Participants further indicated that:

'there are not enough ventilators for all patients that can be admitted in ICU, there must be four ventilators for four patients and the hospital has only one reliable ventilator.' (Participant 14, N, female, 53 years old)

'Moreover some of the patients even die because of lack of ventilators and malfunctioning ventilators are used for the patient which is risky. The ventilators have not been serviced for long and sometimes patients are being subjected to improper management as they are kept on T-piece instead of ventilator.' (Participant 3, N, female, 45 years old)

One participant indicated that:

'there is one blood gas machine in the hospital, which is located in ICU. This blood gas machine can spend more than 6 months not functioning.' (Participant 7, N, female, 48 years old)

Other participants stated:

'Sometimes you will find that the monitor that the patient is using does not show saturation. In order for you to monitor the patient's saturation patients have to share the oximeter.' (Participant 4, N, female, 56 years old)

'Only one cardiac monitor has all the parameters.' (Participant 1, N, female, 35 years old)

'The worst is to ventilate the patient without the blood gas machine.' (Participant 7, N, female, 48 years old)

Shortages of consumable supplies

The ICU did not have consumable materials and medicines. The ICU seemed not to be getting some items just because it is a regional hospital. Some of the items can only be found in tertiary hospitals. Participants indicated that patient care is compromised as they are risking patients' lives. The concerned health professionals said:

'I find it very strange that to get Panado for intravenous use, I must first write a motivation. This is the only treatment for pyrexia that I could give to our patients but you have to write a lot of papers and it will take days before you get it. Patients here are like patients in Polokwane.' (Participant 11, D, male, 40 years old)

'More than being a dilemma I think it is a political problem, because we are regarded as people who are in the rural, and we usually do not get equipment or whatever item that is used in ICU. We are categorised as people who are not supposed to get certain things.' (Participant 2, N, female, 35 years old)

Participants revealed that some of the prescribed treatments took 2-3 days before they were administered as the pharmacist had to get them from other hospitals. This practice had negative impacts on the prognosis of patients as the first few hours are vital to the outcomes of the patient. Participants reported:

'Sometimes we are forced to use the same suction catheter for the whole day because they are out of stock.' (Participant 4, N, female, 56 years old)

'We sometimes spend a lot of time without suctioning catheters size 14 or 12 and are the ones that are user-friendly to patients and then we tend to use one in all the orifices, the nose, the trachea and the mouth. So our patients are exposed to infections of the lungs.' (Participant 15, N, female, 37 years old)

'Because items are always out of stock, when they are available we order them in large numbers.' (Participant 8, N, female, 44 years old)

No intensivist

An intensivist is a certified critical care physician who provides clinical care exclusively in ICUs. Participants indicated that nurses took most of the decisions and this could lead to mismanagement of patients. Patients were reviewed once a day but sometimes (especially over weekends) they were not reviewed at all, because no intensivist was available:

'ICU patients are reviewed once a day because there is no ICU doctor. Doctors sometimes come to ICU after finishing their ward rounds, which might be late in the afternoon. These create a challenge for nurses because until the doctor comes, there will be no new prescription.' (Participant 5, D, male, 42 years old)
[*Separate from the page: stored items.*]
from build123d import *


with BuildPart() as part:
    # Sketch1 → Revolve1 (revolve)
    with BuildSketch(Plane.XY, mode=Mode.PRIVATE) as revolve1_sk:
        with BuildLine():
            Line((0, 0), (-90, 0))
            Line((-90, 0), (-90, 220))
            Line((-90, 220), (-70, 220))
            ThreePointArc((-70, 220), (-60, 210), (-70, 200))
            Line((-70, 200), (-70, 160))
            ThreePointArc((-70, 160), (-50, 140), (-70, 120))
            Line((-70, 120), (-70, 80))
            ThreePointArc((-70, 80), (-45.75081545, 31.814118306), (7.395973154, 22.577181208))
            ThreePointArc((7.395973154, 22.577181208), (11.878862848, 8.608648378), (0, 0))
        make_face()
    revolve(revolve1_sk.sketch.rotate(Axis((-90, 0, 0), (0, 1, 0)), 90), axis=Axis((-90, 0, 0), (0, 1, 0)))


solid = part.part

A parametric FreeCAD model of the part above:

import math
import FreeCAD as App
import Part
import Sketcher
from FreeCAD import Vector

doc = App.newDocument("Part")
params = doc.addObject("Spreadsheet::Sheet", "Params")
for row, (alias, value) in enumerate([
    ("sketch1_radius", "60 mm"),
    ("sketch1_radius2", "20 mm"),
    ("sketch1_radius3", "10 mm"),
    ("sketch1_radius4", "12.5 mm"),
    ("sketch1_width", "90 mm"),
    ("revolution_angle", "360 deg"),
], start=1):
    params.set(f"A{row}", alias)
    params.set(f"B{row}", "=" + value)
    params.setAlias(f"B{row}", alias)

body = doc.addObject("PartDesign::Body", "Body")

sketch1 = body.newObject("Sketcher::SketchObject", "Sketch")
sketch1.AttachmentSupport = (doc.getObject("XY_Plane"), [""])
sketch1.MapMode = "FlatFace"
sketch1.addGeometry([
    Part.LineSegment(Vector(-90, 0, 0), Vector(0, 0, 0)),
    Part.ArcOfCircle(Part.Circle(Vector(0, 12.5, 0), Vector(0, 0, 1), 12.5), math.radians(-90), math.radians(53.723836)),
    Part.ArcOfCircle(Part.Circle(Vector(-10, 80, 0), Vector(0, 0, 1), 60), math.radians(180), math.radians(286.853938)),
    Part.LineSegment(Vector(-70, 80, 0), Vector(-70, 120, 0)),
    Part.ArcOfCircle(Part.Circle(Vector(-70, 140, 0), Vector(0, 0, 1), 20), math.radians(-90), math.radians(90)),
    Part.LineSegment(Vector(-70, 160, 0), Vector(-70, 200, 0)),
    Part.ArcOfCircle(Part.Circle(Vector(-70, 210, 0), Vector(0, 0, 1), 10), math.radians(-90), math.radians(90)),
    Part.LineSegment(Vector(-70, 220, 0), Vector(-90, 220, 0)),
    Part.LineSegment(Vector(-90, 220, 0), Vector(-90, 0, 0)),
], False)
sketch1.addGeometry(Part.LineSegment(Vector(-90, 0, 0), Vector(-90, 220, 0)), True)
sketch1.addConstraint([
    Sketcher.Constraint("Tangent", 0, 2, 1, 1),
    Sketcher.Constraint("Coincident", 1, 2, 2, 2),
    Sketcher.Constraint("Tangent", 2, 1, 3, 1),
    Sketcher.Constraint("Coincident", 3, 2, 4, 1),
    Sketcher.Constraint("Coincident", 4, 2, 5, 1),
    Sketcher.Constraint("Coincident", 5, 2, 6, 1),
    Sketcher.Constraint("Tangent", 6, 2, 7, 1),
    Sketcher.Constraint("Coincident", 7, 2, 8, 1),
    Sketcher.Constraint("Coincident", 8, 2, 0, 1),
    Sketcher.Constraint("Horizontal", 0),
    Sketcher.Constraint("Vertical", 3),
    Sketcher.Constraint("Vertical", 5),
    Sketcher.Constraint("Horizontal", 7),
    Sketcher.Constraint("Vertical", 8),
    Sketcher.Constraint("Vertical", 9),
    Sketcher.Constraint("Coincident", 0, 2, -1, 1),
    Sketcher.Constraint("Coincident", 9, 1, 8, 2),
    Sketcher.Constraint("Horizontal", 6, 2, 9, 2),
    Sketcher.Constraint("Vertical", 4, 3, 6, 3),
    Sketcher.Constraint("Vertical", 6, 3, 2, 1),
    Sketcher.Constraint("Vertical", 3, 2, 4, 2),
    Sketcher.Constraint("Equal", 3, 5),
    Sketcher.Constraint("Radius", 2, 60.0),
    Sketcher.Constraint("Radius", 4, 20.0),
    Sketcher.Constraint("Radius", 6, 10.0),
    Sketcher.Constraint("Radius", 1, 12.5),
    Sketcher.Constraint("DistanceX", 0, 1, 0, 2, 90.0),
    Sketcher.Constraint("DistanceX", 7, 2, 7, 1, 20.0),
    Sketcher.Constraint("DistanceY", 3, 1, 3, 2, 40.0),
    Sketcher.Constraint("DistanceY", 8, 2, 8, 1, 220.0),
])
sketch1.setExpression("Constraints[22]", "Params.sketch1_radius")
sketch1.setExpression("Constraints[23]", "Params.sketch1_radius2")
sketch1.setExpression("Constraints[24]", "Params.sketch1_radius3")
sketch1.setExpression("Constraints[25]", "Params.sketch1_radius4")
sketch1.setExpression("Constraints[26]", "Params.sketch1_width")
revolution = body.newObject("PartDesign::Revolution", "Revolution")
revolution.Profile = sketch1
revolution.ReferenceAxis = (sketch1, ["Axis0"])
revolution.setExpression("Angle", "Params.revolution_angle")

doc.recompute()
Professional nurses mostly managed patients when they could not reach the physician on call and this could result in medical errors. Doctors had to endorse something that had been administered by nurses in their absence, even if they felt it was not the ideal treatment:

'Sometimes I don't know whether to give treatment or not, what if the doctor does not prescribe the same medication. These usually create problems when I have to answer why I gave that medication.' (Participant 15, N, female, 37 years old)

Nurses in the study did not receive the necessary support from the doctors although doctors relied on nurses for making some treatment decisions:

'Maybe if ICU was to be looked after by someone like an anaesthetist who is well conversant with these machines. So the only thing that saves this ICU is the fact that the nurses know these machines. I think there was supposed to be a trained doctor working there because ideally, doctors must support the nurses but in our case nurses support the doctors.' (Participant 17, D, male 38 years old)
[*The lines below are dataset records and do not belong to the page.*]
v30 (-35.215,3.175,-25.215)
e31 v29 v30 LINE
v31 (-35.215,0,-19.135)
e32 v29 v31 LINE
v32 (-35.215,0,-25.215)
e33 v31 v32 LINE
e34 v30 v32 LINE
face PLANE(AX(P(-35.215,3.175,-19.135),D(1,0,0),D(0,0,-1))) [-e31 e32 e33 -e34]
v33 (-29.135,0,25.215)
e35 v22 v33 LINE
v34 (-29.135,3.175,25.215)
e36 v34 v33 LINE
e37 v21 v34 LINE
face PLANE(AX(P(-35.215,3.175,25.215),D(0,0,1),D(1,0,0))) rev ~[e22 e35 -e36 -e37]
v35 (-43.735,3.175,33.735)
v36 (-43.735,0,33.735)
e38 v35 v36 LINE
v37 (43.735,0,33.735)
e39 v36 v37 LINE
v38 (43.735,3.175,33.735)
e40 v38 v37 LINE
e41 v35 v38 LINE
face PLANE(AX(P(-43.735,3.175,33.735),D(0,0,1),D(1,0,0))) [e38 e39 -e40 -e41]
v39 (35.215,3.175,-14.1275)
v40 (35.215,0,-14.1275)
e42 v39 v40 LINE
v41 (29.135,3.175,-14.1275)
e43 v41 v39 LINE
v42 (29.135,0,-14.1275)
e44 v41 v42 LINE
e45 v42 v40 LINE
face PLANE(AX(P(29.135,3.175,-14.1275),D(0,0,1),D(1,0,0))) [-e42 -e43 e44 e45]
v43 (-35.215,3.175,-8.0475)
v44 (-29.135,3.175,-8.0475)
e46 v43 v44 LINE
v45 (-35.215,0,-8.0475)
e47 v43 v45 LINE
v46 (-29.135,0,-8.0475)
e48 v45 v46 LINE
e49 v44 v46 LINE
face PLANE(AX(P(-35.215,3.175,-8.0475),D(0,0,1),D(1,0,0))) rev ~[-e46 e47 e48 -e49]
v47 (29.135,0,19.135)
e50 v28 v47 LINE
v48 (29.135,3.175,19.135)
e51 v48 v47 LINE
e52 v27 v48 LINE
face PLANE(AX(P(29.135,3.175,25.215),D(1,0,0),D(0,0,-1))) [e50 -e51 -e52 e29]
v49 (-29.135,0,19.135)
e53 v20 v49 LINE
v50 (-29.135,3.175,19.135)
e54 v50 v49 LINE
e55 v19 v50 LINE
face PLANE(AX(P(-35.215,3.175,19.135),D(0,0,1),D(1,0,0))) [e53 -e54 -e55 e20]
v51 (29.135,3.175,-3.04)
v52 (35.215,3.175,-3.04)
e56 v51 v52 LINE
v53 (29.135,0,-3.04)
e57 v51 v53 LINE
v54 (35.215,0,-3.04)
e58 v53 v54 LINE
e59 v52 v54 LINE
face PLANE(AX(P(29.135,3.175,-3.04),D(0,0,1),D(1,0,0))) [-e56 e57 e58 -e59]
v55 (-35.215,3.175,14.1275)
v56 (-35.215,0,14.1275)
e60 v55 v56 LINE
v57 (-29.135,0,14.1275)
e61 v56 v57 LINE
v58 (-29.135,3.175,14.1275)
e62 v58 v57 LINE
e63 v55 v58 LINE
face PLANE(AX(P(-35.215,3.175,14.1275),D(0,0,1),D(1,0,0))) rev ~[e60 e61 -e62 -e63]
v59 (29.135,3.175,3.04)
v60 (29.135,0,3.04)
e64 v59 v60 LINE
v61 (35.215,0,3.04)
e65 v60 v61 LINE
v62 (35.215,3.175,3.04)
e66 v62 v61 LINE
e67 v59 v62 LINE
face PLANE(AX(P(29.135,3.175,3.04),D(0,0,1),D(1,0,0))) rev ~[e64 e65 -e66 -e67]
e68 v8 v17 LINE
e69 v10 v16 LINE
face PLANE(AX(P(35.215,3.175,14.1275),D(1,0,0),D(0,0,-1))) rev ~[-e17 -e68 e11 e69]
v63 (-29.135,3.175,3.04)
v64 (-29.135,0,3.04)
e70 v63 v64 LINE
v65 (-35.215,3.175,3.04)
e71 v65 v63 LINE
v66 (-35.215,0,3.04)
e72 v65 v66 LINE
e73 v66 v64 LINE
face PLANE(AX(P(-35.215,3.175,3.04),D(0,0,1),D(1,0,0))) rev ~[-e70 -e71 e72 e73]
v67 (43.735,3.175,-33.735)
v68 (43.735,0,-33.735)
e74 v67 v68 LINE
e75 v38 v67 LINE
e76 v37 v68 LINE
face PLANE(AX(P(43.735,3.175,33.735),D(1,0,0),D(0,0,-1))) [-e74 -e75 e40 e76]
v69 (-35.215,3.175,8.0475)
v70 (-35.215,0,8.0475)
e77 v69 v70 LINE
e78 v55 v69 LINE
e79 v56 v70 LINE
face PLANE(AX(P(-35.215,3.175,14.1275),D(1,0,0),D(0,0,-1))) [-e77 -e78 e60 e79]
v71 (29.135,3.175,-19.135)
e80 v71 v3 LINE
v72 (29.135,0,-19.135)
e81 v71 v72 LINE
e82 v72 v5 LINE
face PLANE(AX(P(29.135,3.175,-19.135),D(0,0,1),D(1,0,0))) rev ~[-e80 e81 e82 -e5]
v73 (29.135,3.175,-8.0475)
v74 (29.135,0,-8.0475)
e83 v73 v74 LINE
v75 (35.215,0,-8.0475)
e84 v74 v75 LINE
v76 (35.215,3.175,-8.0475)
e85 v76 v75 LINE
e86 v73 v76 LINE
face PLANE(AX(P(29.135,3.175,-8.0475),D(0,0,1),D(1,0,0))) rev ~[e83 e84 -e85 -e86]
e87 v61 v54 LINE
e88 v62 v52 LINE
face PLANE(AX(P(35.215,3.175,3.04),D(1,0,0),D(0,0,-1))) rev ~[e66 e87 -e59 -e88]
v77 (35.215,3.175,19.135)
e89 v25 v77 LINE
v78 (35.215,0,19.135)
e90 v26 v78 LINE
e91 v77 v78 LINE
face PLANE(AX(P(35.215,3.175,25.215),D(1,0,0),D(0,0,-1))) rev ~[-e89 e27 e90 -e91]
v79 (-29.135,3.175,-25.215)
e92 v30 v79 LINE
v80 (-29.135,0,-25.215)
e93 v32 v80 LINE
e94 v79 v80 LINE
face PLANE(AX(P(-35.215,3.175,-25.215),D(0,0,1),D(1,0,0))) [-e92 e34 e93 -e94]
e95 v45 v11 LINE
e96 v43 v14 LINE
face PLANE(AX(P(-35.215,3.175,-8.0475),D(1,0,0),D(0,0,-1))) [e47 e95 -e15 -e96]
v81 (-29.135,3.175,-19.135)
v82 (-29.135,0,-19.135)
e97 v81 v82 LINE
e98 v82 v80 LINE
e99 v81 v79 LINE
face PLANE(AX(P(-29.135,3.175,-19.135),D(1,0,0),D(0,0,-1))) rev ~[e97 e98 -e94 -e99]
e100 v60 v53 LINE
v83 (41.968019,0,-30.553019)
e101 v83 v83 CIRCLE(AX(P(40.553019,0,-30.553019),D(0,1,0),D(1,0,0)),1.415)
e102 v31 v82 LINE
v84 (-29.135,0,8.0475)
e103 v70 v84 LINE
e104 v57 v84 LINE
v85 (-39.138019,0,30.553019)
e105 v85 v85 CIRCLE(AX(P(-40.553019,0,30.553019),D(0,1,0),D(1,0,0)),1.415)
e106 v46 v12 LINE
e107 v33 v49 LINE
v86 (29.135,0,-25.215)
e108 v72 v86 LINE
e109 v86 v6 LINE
'Nurses are supposed to be given orders by a doctor but in our case, it is vice versa. Instead of helping us, we end up helping them. The nurses take most of the decisions and, the doctors just endorse.' (Participant 3, N, female, 45 years old)

Inadequate intensive care unit-trained staff

Intensive care unit patients require specialised care and specially trained staff to provide quality care. Participants highlighted that patient care was compromised because of inadequate numbers of trained staff by stating:

'The allocation of our ICU leaves us with no choice but to use lower categories of nurses like staff nurses to nurse critically ill patients. It is a dilemma because I don't have other staff, I only have those.' (Participant 4, N, female 56 years old)

'ICU only have twelve trained personnel that are not enough to provide quality nursing care. Sometimes the registered enrolled nurses and the inexperienced registered nurses are allocated to nurse ventilated patients, with the aim that they will be supervised. The supervision is always inadequate because whenever there is a very ill patient, the trained registered nurse, who is supposed to be supervising the untrained nurses, will be caring for the very ill.' (Participant 14, N, female, 53 years old)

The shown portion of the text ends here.